Pardonner : quand et comment ?
- Fr. Guy
Telle est la seconde demande de mon ami apprenti-théologien. Je n’y réponds que très brièvement, en me fondant sur mon expérience qui ne doit pas être trop différente de celle de beaucoup d’autres humains.
On vient de me rapporter les dernières paroles d’un psychanalyste croyant genevois adressées au prêtre à qui il demandait le sacrement du pardon : « Je crois que Dieu m’a déjà pardonné ; mais j’ai besoin de quelqu’un pour me le confirmer. » En fait, le rite et les paroles d’un homme, fut-il prêtre, ne pardonnent rien. Ils ne font que signifier et rappeler l’amour miséricordieux de Dieu qui, seul, efface le péché et opère le retour en grâce. Tout l’évangile déborde de paroles et paraboles de Jésus sur la nécessité du pardon à donner et à recevoir aussi. Une mine pour ceux qui ont du mal à entendre le mot « pardon ».

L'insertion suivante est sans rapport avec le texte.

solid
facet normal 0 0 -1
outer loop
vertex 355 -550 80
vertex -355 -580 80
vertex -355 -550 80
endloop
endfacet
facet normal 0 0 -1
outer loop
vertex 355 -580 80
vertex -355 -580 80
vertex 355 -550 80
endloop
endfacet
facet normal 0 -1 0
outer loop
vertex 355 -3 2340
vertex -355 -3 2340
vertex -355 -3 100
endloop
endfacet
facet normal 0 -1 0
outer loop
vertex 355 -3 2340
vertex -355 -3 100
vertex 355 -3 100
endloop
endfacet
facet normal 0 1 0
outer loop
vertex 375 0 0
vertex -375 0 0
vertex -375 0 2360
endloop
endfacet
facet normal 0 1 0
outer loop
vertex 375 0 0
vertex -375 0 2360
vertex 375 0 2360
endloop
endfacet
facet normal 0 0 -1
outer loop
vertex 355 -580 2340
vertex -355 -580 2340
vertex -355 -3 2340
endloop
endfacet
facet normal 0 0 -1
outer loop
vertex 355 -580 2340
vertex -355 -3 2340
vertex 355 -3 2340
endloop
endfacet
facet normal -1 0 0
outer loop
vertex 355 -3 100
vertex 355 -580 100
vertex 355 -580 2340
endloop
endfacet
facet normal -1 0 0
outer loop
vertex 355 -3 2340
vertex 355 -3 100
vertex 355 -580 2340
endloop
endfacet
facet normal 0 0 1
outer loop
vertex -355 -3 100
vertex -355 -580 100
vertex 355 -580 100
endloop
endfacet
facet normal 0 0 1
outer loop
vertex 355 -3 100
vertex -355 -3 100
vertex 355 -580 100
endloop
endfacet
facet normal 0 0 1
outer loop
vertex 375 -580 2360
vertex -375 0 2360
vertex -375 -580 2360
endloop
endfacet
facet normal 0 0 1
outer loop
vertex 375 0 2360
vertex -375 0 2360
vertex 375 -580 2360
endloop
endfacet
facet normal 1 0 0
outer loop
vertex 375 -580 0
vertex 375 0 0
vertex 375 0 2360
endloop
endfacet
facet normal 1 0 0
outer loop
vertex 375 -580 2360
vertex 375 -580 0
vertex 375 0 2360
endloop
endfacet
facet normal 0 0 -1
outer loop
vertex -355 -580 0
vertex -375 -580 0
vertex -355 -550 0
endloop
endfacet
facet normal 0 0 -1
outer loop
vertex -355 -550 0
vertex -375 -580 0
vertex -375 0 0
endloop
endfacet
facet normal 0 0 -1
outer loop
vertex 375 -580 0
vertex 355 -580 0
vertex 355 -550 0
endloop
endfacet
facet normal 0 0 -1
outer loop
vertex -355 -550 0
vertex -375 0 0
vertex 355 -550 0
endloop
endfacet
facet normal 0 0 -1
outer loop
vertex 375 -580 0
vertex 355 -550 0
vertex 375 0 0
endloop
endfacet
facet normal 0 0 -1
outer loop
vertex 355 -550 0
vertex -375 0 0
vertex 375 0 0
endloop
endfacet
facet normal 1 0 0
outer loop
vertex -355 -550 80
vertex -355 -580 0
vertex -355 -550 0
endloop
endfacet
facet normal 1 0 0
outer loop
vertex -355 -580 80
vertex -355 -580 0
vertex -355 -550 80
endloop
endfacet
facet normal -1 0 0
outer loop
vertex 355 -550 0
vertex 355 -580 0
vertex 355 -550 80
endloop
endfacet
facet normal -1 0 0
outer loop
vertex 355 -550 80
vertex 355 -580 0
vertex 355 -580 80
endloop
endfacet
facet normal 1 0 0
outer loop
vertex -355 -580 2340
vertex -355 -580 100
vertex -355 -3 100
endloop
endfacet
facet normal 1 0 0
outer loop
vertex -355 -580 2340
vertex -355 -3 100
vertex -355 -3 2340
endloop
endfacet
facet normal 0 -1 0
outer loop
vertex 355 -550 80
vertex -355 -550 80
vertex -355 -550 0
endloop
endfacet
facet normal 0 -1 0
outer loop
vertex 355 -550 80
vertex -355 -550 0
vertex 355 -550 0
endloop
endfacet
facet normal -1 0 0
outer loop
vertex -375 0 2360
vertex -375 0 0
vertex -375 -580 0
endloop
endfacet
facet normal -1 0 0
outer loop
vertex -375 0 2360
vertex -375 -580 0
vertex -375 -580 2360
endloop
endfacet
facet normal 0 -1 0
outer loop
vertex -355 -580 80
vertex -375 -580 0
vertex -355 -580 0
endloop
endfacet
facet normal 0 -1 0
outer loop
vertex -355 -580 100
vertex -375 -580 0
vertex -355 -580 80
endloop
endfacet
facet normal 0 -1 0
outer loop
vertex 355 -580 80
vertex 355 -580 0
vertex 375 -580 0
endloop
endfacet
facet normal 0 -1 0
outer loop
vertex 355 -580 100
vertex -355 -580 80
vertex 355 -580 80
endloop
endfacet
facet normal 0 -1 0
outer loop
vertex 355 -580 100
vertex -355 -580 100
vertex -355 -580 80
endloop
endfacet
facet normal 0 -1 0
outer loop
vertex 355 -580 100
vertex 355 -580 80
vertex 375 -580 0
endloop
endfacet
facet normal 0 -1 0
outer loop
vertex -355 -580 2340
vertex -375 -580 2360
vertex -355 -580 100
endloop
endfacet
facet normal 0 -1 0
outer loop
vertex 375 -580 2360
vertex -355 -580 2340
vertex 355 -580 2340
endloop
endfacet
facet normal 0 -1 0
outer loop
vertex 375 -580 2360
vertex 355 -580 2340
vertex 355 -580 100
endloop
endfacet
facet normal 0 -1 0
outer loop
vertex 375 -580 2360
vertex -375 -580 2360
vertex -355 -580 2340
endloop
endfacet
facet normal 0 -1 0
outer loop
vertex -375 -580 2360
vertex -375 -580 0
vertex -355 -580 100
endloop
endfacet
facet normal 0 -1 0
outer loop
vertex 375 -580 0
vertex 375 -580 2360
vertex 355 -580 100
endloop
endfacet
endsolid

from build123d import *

# Parameters (mm, degrees)
F0_W     = 750
F0_H     = 2360
F1_DEPTH = 580
F2_W     = 710
F2_H     = 2240
F4_DEPTH = 577
F5_W     = 710
F5_H     = 80
F6_DEPTH = 30


with BuildPart() as f1:
    # F0 (on Front) → F1 (new body)
    with BuildSketch(Plane.XZ):
        with Locations((0, 1180)):
            Rectangle(F0_W, F0_H)
    extrude(amount=F1_DEPTH)

    # F2 (on face) → F4 (cut, through all)
    with BuildSketch(Plane.XZ.offset(580)):
        with Locations((0, 1220)):
            Rectangle(F2_W, F2_H)
    extrude(amount=-F4_DEPTH, mode=Mode.SUBTRACT)

    # F5 (on face) → F6 (cut)
    with BuildSketch(Plane.XZ.offset(580)):
        with Locations((0, 40)):
            Rectangle(F5_W, F5_H)
    extrude(amount=-F6_DEPTH, mode=Mode.SUBTRACT)


solid = f1.part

Si un commandement biblique nous prescrit de nous aimer nous-mêmes, il faut aussi apprendre à se pardonner à soi-même en reconnaissant ses propres erreurs et défauts. Ce qui est loin d’être facile et met en cause notre dignité personnelle et, pour tout dire, notre orgueil et notre estime de soi. Nous sommes souvent sans indulgence pour nous-mêmes alors que nous excusons volontiers la malveillance de notre entourage. Comme s’il nous était insupportable de nous sentir ou de nous savoir mal aimés. Nous ne supportons pas de n’être pas parfaits ou sous-estimés.
Un voisin m’avouait qu’il ne pardonnait jamais puisqu’il n’avait pas d’ennemis ! Était-il malvoyant au point de ne pas percevoir ses ennemis intérieurs qui faisaient le siège de son cœur ?
Pardonner ne signifie pas oublier l’offense, l’effacer ou la nier. Un seul sens : réparer l’offense en témoignant davantage d’amour à l’offenseur. Une amie me conseille d’implorer la bénédiction de Dieu sur une personne qui, j’imagine faussement, passe son temps à me détester. Elle a sans doute mieux à faire que de s’en prendre à moi. Qui suis-je pour mériter sa malveillance ?
Pardonner, c’est donner totalement, deux fois plus qu’à l’ordinaire, c’est aimer jusqu’au bout. Trouver quelque chose de bien en lui, même s’il est déplaisant.
Encore faut-il être entendu de l’offenseur. Il est capable de rejeter le pardon qui lui est offert ou s’en moquer. À cet effet, saisir les meilleures opportunités et prendre patience. Toutes les périodes ne sont pas favorables au pardon. Prier l’Esprit de nous faire découvrir le temps idéal (le Kairos !). Il en est de même des trêves ou des armistices. Certains diplomates de bonne foi s’acharnent à découvrir le moment favorable (Kairos) pour les proposer. Je soutiens leurs efforts.
Les mots de Jésus en croix m’interpellent : « Père, pardonne-leur. Ils ne savent pas ce qu’ils font. » Tout d’abord, c’est le Père qui est invoqué. C’est donc le Père qui pardonne les offenses faites à ses enfants. Ce qu’exprime la prière du « Notre Père » : le pardon de Dieu accompagne le nôtre : « Pardonne-nous, comme nous pardonnons. »
À travers ses mots, Jésus chercherait-il à excuser ceux qui lui faisaient du mal en le crucifiant ? Difficile d’aller sur cette voie. Le mal ou la torture sont toujours des actes mauvais, impardonnables par les humains. De prétendus ignorants comme les bourreaux nazis exécutaient des crimes odieux pour obéir aux ordres reçus. Ils ne sont pas innocents ou moins coupables pour autant. Le bien ne se réalise pas au prix du mal.
Cette réflexion me ramène au sacrement du pardon. J’en ai besoin pour être sûr de l’amour inconditionnel de Dieu à mon endroit. C’est le sens de la « confession ». Quant à la réparation des torts commis, comment le faire si les victimes ont disparu de notre horizon quotidien ? Il est vrai que j’ai connu un saint jésuite qui nous encourageait à pardonner aux défunts dont nous aurions été un jour les victimes. Il avait même prévu une liturgie à cet effet. Mieux vaut pardonner et recevoir le pardon sans trop tarder. Mieux vaut soutenir la foi et l’espérance d’un mourant qu’allumer une bougie près de son cercueil.